Ormai convinti della necessità di articolare definitivamente soluzioni legate alla Questione Morale sollevata da Enrico Berlinguer e di approfittare dei “vuoti di potere” resi visibili dalla Tangentopoli ci si continuava a barcamenare tra ciò che era moralmente giusto, legalmente giusto, eticamente giusto dimenticando che ciò che è veramente giusto è l’espressione della volontà della gente, di chi vive nelle sconcezze provocate e non volute, pagando di nuovo tutto quello che era stato già pagato in anticipo.

E’ una risata che ci rapisce, che ci racconta molte cose ma è, anche, una risata che dovrebbe preoccupare chi pensa di speculare ancora fregandosene delle “carriole” che vigilano attente e premurose, che sanno aspettare con la dignità che il mondo invidia, che hanno fatto diventare il simbolo di un lavoro semplice e umile lo stemma di un partito eterno.
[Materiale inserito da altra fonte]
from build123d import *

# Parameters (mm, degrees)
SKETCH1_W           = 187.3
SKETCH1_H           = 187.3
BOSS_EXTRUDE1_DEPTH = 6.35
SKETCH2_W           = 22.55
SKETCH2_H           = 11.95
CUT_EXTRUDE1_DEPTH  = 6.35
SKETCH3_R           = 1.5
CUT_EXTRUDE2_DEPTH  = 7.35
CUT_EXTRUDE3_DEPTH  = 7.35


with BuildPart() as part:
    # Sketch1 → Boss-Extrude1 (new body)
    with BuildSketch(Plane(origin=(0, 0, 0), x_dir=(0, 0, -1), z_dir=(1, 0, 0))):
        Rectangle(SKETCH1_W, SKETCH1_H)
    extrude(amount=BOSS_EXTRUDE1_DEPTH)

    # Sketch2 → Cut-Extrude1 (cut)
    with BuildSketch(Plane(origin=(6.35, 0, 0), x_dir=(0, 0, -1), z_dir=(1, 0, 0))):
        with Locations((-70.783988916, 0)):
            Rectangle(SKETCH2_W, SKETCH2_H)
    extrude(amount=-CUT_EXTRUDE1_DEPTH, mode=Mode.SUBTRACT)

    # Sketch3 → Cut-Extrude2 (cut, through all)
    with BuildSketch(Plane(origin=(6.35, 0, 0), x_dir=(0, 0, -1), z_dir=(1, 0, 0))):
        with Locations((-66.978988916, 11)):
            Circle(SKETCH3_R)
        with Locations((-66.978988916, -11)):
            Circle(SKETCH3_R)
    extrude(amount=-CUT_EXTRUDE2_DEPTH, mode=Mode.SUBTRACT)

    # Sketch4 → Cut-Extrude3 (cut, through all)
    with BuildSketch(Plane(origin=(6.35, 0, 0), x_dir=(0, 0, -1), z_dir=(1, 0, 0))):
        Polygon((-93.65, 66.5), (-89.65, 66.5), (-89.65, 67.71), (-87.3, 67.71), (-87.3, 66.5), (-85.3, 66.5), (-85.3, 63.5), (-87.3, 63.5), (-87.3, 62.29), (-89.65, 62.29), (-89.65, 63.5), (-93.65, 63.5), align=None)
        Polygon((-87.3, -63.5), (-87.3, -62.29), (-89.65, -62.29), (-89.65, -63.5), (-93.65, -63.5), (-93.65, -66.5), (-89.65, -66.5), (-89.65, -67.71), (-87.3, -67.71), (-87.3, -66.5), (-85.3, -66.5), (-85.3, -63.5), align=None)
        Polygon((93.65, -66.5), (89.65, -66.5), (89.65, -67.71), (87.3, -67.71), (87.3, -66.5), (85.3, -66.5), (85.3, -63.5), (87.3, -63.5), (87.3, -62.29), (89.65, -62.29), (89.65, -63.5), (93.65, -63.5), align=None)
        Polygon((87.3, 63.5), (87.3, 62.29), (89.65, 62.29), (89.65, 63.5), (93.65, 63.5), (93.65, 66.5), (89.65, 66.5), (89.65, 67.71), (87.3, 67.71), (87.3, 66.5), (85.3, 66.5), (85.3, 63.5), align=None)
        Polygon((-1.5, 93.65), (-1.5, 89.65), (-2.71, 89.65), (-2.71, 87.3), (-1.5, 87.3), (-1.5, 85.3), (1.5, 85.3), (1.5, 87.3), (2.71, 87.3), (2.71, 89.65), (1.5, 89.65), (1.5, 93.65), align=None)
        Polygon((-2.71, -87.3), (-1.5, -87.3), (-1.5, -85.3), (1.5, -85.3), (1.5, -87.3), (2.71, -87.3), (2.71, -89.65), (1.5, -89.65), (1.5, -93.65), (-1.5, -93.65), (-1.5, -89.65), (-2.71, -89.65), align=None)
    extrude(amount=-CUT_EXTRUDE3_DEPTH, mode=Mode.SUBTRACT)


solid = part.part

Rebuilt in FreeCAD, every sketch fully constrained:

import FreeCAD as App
import Part
import Sketcher

V = App.Vector
Q = App.Units.Quantity

doc = App.newDocument("Part")
params = doc.addObject("Spreadsheet::Sheet", "Params")
for row, (alias, value) in enumerate([
    ("sketch1_width", "187.3 mm"),
    ("pad1_length", "6.35 mm"),
    ("sketch2_width", "11.95 mm"),
    ("sketch2_height", "22.55 mm"),
    ("pocket1_length", "6.35 mm"),
    ("sketch3_diameter", "3 mm"),
    ("sketch4_width", "3 mm"),
    ("sketch4_width2", "4 mm"),
    ("sketch4_width3", "2 mm"),
    ("sketch4_width4", "1.21 mm"),
    ("sketch4_width5", "2.35 mm"),
], start=1):
    params.set(f"A{row}", alias)
    params.set(f"B{row}", "=" + value)
    params.setAlias(f"B{row}", alias)

body = doc.addObject("PartDesign::Body", "Body")

# Sketch on YZ plane
sketch1 = body.newObject("Sketcher::SketchObject", "Sketch")
sketch1.AttachmentSupport = (doc.getObject("YZ_Plane"), [""])
sketch1.MapMode = "FlatFace"
sketch1.addGeometry([
    Part.LineSegment(V(94, 94, 0), V(-94, 94, 0)),
    Part.LineSegment(V(-94, 94, 0), V(-94, -94, 0)),
    Part.LineSegment(V(-94, -94, 0), V(94, -94, 0)),
    Part.LineSegment(V(94, -94, 0), V(94, 94, 0)),
], False)
sketch1.addConstraint([
    Sketcher.Constraint("Coincident", 0, 2, 1, 1),
    Sketcher.Constraint("Coincident", 1, 2, 2, 1),
    Sketcher.Constraint("Coincident", 2, 2, 3, 1),
    Sketcher.Constraint("Coincident", 3, 2, 0, 1),
    Sketcher.Constraint("Horizontal", 0),
    Sketcher.Constraint("Vertical", 1),
    Sketcher.Constraint("Horizontal", 2),
    Sketcher.Constraint("Vertical", 3),
    Sketcher.Constraint("Symmetric", 0, 2, 2, 2, -1, 1),
    Sketcher.Constraint("Equal", 2, 1),
    Sketcher.Constraint("DistanceX", 0, 2, 0, 1, Q("187.3 mm")),
])
sketch1.setExpression("Constraints[10]", "Params.sketch1_width")
pad1 = body.newObject("PartDesign::Pad", "Pad")
pad1.Profile = sketch1
pad1.setExpression("Length", "Params.pad1_length")

# Sketch on YZ plane
sketch2 = body.newObject("Sketcher::SketchObject", "Sketch001")
sketch2.AttachmentSupport = (doc.getObject("YZ_Plane"), [""])
sketch2.MapMode = "FlatFace"
sketch2.AttachmentOffset = App.Placement(V(0, 0, 6.35), App.Rotation())
sketch2.addGeometry([
    Part.LineSegment(V(6, 82, 0), V(-6, 82, 0)),
    Part.LineSegment(V(-6, 82, 0), V(-6, 60, 0)),
    Part.LineSegment(V(-6, 60, 0), V(6, 60, 0)),
    Part.LineSegment(V(6, 60, 0), V(6, 82, 0)),
], False)
sketch2.addConstraint([
    Sketcher.Constraint("Coincident", 0, 2, 1, 1),
    Sketcher.Constraint("Coincident", 1, 2, 2, 1),
    Sketcher.Constraint("Coincident", 2, 2, 3, 1),
    Sketcher.Constraint("Coincident", 3, 2, 0, 1),
    Sketcher.Constraint("Horizontal", 0),
    Sketcher.Constraint("Vertical", 1),
    Sketcher.Constraint("Horizontal", 2),
    Sketcher.Constraint("Vertical", 3),
    Sketcher.Constraint("DistanceX", 0, 2, 0, 1, Q("11.95 mm")),
    Sketcher.Constraint("DistanceY", 1, 2, 1, 1, Q("22.55 mm")),
    Sketcher.Constraint("DistanceX", 0, 2, -1, 1, Q("5.975 mm")),
    Sketcher.Constraint("DistanceY", -1, 1, 0, 2, Q("82.058989 mm")),
])
sketch2.setExpression("Constraints[8]", "Params.sketch2_width")
sketch2.setExpression("Constraints[9]", "Params.sketch2_height")
pocket1 = body.newObject("PartDesign::Pocket", "Pocket")
pocket1.Profile = sketch2
pocket1.setExpression("Length", "Params.pocket1_length")

# Sketch on YZ plane
sketch3 = body.newObject("Sketcher::SketchObject", "Sketch002")
sketch3.AttachmentSupport = (doc.getObject("YZ_Plane"), [""])
sketch3.MapMode = "FlatFace"
sketch3.AttachmentOffset = App.Placement(V(0, 0, 6.35), App.Rotation())
sketch3.addGeometry([
    Part.Circle(V(11, 67, 0), V(0, 0, 1), 1.5),
    Part.Circle(V(-11, 67, 0), V(0, 0, 1), 1.5),
], False)
sketch3.addConstraint([
    Sketcher.Constraint("Equal", 0, 1),
    Sketcher.Constraint("Symmetric", 0, 3, 1, 3, -2),
    Sketcher.Constraint("Diameter", 0, Q("3 mm")),
    Sketcher.Constraint("DistanceX", -1, 1, 0, 3, Q("11 mm")),
    Sketcher.Constraint("DistanceY", -1, 1, 0, 3, Q("66.978989 mm")),
])
sketch3.setExpression("Constraints[2]", "Params.sketch3_diameter")
pocket2 = body.newObject("PartDesign::Pocket", "Pocket001")
pocket2.Profile = sketch3
pocket2.Type = "ThroughAll"

# Sketch on YZ plane
sketch4 = body.newObject("Sketcher::SketchObject", "Sketch003")
sketch4.AttachmentSupport = (doc.getObject("YZ_Plane"), [""])
sketch4.MapMode = "FlatFace"
sketch4.AttachmentOffset = App.Placement(V(0, 0, 6.35), App.Rotation())
sketch4.addGeometry([
    Part.LineSegment(V(66.5, 89.7, 0), V(66.5, 93.7, 0)),  # 0
    Part.LineSegment(V(66.5, 93.7, 0), V(63.5, 93.7, 0)),  # 1
    Part.LineSegment(V(63.5, 93.7, 0), V(63.5, 89.7, 0)),  # 2
    Part.LineSegment(V(63.5, 89.7, 0), V(62.3, 89.7, 0)),  # 3
    Part.LineSegment(V(62.3, 89.7, 0), V(62.3, 87.3, 0)),  # 4
    Part.LineSegment(V(62.3, 87.3, 0), V(63.5, 87.3, 0)),  # 5
    Part.LineSegment(V(63.5, 87.3, 0), V(63.5, 85.3, 0)),  # 6
    Part.LineSegment(V(63.5, 85.3, 0), V(66.5, 85.3, 0)),  # 7
    Part.LineSegment(V(66.5, 85.3, 0), V(66.5, 87.3, 0)),  # 8
    Part.LineSegment(V(66.5, 87.3, 0), V(67.7, 87.3, 0)),  # 9
    Part.LineSegment(V(67.7, 87.3, 0), V(67.7, 89.7, 0)),  # 10
    Part.LineSegment(V(67.7, 89.7, 0), V(66.5, 89.7, 0)),  # 11
    Part.LineSegment(V(-63.5, 87.3, 0), V(-62.3, 87.3, 0)),  # 12
    Part.LineSegment(V(-62.3, 87.3, 0), V(-62.3, 89.7, 0)),  # 13
    Part.LineSegment(V(-62.3, 89.7, 0), V(-63.5, 89.7, 0)),  # 14
    Part.LineSegment(V(-63.5, 89.7, 0), V(-63.5, 93.7, 0)),  # 15
    Part.LineSegment(V(-63.5, 93.7, 0), V(-66.5, 93.7, 0)),  # 16
    Part.LineSegment(V(-66.5, 93.7, 0), V(-66.5, 89.7, 0)),  # 17
    Part.LineSegment(V(-66.5, 89.7, 0), V(-67.7, 89.7, 0)),  # 18
    Part.LineSegment(V(-67.7, 89.7, 0), V(-67.7, 87.3, 0)),  # 19
    Part.LineSegment(V(-67.7, 87.3, 0), V(-66.5, 87.3, 0)),  # 20
    Part.LineSegment(V(-66.5, 87.3, 0), V(-66.5, 85.3, 0)),  # 21
    Part.LineSegment(V(-66.5, 85.3, 0), V(-63.5, 85.3, 0)),  # 22
    Part.LineSegment(V(-63.5, 85.3, 0), V(-63.5, 87.3, 0)),  # 23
La risata, come la “carriola”, è il ricordo di tutto ciò che non esiste più; è la forza che preme nel petto di ogni aquilano; è la raffica di sentimenti che ricostruisce nei cieli dei pensieri spariti i nomi di tutte le persone che il terremoto lo hanno potuto solo subire e non raccontare.

Abbiamo il dovere, per loro, di affidare alla Storia la memoria attuale lasciata sopravvivere alle schegge del tempo impietoso.